=== Exercise description ===
Could you print exactly the lines of the listing below, starting at the line that has "v 8.494 30.593 6.35" and ending at the line that has "v -4.655 4.319 6.35", and only those lines?

=== Extracted material ===
....................

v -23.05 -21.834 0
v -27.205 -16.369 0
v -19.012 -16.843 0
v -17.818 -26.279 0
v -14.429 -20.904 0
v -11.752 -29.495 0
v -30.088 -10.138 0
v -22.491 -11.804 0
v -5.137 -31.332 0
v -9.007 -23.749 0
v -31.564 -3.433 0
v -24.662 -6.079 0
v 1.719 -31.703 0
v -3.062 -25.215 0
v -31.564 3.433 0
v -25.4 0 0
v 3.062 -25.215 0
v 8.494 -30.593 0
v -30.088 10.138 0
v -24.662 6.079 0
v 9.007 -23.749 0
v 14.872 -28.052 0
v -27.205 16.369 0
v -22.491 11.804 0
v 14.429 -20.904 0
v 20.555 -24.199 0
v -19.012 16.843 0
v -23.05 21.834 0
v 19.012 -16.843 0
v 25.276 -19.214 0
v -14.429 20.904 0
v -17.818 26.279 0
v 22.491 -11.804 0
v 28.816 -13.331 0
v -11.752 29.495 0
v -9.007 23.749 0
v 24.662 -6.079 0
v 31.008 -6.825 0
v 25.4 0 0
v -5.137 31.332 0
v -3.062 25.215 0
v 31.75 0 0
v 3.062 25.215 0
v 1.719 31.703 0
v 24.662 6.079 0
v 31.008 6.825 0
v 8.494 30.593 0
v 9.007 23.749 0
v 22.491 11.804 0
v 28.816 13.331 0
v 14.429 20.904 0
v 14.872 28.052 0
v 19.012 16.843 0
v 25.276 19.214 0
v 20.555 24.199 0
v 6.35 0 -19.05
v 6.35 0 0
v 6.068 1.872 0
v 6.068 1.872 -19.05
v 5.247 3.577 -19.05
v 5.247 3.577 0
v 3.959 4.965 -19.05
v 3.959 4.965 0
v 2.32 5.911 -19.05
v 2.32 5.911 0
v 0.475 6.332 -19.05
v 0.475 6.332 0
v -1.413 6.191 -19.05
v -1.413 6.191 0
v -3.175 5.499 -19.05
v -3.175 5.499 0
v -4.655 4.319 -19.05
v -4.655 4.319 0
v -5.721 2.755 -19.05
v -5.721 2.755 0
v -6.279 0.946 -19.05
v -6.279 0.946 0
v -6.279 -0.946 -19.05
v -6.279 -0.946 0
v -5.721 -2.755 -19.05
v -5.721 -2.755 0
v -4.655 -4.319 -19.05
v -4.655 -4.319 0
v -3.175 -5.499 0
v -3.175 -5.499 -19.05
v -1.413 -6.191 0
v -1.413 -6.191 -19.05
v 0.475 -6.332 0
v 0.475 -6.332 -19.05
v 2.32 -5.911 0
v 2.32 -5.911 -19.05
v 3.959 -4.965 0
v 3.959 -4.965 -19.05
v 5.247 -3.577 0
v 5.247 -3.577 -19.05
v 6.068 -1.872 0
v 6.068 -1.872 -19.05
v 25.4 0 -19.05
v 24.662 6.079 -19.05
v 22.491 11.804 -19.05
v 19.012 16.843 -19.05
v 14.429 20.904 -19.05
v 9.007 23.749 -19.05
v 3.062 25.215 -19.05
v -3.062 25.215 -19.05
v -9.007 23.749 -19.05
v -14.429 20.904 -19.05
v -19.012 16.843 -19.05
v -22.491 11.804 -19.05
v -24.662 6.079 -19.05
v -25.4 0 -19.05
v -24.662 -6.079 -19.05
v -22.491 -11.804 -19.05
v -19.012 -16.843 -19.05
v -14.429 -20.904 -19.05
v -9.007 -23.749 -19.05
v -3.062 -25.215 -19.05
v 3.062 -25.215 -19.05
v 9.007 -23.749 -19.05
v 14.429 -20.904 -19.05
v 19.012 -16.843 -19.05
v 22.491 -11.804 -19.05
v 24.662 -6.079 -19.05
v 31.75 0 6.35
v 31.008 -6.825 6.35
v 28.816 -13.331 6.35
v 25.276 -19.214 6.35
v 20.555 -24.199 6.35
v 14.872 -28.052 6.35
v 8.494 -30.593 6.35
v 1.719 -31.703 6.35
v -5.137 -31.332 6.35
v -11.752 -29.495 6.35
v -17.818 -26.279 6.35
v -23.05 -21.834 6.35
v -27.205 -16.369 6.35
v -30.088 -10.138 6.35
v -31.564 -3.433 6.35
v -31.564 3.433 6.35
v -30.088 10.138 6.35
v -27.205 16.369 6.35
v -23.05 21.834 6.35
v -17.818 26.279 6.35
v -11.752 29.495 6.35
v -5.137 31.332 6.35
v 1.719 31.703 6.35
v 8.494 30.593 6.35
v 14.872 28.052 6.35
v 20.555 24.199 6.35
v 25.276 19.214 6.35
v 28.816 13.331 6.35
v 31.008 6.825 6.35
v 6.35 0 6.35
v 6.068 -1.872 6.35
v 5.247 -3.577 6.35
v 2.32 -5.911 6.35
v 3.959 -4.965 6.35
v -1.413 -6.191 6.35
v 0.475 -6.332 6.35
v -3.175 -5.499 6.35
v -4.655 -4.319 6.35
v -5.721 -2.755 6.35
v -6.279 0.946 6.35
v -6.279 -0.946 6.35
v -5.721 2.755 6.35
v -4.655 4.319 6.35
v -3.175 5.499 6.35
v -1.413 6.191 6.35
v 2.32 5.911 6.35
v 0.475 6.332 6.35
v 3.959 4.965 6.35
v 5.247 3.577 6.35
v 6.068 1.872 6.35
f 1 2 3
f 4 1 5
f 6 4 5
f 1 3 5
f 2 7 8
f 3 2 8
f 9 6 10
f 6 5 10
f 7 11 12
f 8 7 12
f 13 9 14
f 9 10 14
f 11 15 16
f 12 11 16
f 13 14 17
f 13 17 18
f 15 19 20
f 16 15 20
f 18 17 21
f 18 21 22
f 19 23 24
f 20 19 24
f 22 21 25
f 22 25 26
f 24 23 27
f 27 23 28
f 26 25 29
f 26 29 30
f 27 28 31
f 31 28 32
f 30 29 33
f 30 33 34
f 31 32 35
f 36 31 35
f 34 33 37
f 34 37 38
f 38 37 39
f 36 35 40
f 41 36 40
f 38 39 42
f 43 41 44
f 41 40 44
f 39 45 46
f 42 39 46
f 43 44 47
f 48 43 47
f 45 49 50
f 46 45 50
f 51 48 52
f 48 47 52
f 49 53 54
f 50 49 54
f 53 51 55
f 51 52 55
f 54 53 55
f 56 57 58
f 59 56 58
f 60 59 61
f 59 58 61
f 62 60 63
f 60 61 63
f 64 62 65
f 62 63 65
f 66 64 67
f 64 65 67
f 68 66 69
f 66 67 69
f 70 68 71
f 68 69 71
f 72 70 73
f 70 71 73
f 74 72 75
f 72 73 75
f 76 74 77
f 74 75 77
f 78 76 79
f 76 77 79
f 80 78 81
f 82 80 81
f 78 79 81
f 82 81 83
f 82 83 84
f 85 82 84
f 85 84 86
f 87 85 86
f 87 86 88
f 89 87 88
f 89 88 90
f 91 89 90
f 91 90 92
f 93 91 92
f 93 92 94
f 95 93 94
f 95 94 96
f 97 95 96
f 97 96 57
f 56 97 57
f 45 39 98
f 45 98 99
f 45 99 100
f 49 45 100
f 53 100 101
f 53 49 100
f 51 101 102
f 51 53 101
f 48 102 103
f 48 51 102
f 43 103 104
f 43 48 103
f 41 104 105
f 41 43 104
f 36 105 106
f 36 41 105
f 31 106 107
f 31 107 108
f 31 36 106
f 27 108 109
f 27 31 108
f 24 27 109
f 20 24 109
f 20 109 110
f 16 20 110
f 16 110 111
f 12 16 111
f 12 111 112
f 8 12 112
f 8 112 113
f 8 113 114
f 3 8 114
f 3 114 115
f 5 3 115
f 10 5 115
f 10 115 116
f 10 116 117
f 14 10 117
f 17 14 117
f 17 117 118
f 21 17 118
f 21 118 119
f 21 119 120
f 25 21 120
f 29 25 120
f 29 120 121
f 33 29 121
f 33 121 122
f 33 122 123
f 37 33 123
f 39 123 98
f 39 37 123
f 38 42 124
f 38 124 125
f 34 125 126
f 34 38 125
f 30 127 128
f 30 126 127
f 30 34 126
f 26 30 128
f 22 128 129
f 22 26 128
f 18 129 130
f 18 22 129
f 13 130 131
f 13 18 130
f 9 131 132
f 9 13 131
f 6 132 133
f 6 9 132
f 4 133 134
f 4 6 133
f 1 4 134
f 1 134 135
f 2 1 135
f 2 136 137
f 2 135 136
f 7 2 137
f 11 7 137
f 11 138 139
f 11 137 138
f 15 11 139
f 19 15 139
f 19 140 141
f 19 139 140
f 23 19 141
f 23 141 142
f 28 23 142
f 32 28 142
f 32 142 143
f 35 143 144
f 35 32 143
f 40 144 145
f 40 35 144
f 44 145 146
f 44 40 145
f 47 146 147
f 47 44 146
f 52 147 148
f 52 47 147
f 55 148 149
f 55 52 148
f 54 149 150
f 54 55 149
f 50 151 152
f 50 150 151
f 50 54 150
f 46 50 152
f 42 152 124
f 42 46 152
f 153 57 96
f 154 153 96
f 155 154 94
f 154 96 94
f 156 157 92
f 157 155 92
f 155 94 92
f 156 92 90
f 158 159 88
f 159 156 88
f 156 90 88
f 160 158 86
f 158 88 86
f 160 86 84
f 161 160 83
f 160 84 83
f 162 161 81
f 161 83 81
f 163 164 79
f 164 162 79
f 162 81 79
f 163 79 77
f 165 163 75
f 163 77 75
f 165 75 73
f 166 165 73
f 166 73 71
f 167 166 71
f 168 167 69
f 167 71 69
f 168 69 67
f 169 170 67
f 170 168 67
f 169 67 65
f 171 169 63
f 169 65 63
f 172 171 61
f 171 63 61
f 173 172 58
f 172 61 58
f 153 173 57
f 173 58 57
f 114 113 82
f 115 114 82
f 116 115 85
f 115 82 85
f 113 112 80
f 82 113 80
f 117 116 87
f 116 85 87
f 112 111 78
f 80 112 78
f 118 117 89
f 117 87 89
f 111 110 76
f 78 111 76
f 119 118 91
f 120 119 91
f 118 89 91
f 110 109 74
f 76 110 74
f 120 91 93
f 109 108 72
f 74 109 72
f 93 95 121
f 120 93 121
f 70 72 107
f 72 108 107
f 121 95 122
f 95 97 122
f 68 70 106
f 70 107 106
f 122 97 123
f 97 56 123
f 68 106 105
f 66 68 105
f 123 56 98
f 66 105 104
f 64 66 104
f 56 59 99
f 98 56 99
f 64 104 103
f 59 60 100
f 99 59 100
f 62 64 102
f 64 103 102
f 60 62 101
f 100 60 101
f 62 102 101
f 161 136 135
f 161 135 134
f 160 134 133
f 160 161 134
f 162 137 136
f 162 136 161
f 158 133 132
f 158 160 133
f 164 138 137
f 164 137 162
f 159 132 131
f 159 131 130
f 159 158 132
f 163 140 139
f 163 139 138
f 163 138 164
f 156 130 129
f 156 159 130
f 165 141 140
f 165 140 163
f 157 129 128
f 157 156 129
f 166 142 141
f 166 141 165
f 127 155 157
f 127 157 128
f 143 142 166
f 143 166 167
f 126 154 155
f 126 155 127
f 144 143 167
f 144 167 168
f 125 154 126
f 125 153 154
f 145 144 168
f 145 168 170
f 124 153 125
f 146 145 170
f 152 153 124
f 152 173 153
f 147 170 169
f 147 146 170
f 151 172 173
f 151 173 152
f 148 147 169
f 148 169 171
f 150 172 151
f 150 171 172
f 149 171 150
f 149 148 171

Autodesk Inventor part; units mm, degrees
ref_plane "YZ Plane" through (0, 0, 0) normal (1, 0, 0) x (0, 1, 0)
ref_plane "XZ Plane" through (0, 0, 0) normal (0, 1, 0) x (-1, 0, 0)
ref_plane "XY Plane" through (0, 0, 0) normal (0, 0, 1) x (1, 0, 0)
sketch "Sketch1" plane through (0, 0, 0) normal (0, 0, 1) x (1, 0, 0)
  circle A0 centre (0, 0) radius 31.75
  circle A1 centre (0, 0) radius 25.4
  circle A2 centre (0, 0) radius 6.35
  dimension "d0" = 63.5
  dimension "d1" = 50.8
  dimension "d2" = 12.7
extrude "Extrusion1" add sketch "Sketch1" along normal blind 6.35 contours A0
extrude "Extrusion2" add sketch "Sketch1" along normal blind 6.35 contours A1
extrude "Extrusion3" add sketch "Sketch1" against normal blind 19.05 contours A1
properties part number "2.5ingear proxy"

....................

=== Result of this exercise ===
v 8.494 30.593 6.35
v 14.872 28.052 6.35
v 20.555 24.199 6.35
v 25.276 19.214 6.35
v 28.816 13.331 6.35
v 31.008 6.825 6.35
v 6.35 0 6.35
v 6.068 -1.872 6.35
v 5.247 -3.577 6.35
v 2.32 -5.911 6.35
v 3.959 -4.965 6.35
v -1.413 -6.191 6.35
v 0.475 -6.332 6.35
v -3.175 -5.499 6.35
v -4.655 -4.319 6.35
v -5.721 -2.755 6.35
v -6.279 0.946 6.35
v -6.279 -0.946 6.35
v -5.721 2.755 6.35
v -4.655 4.319 6.35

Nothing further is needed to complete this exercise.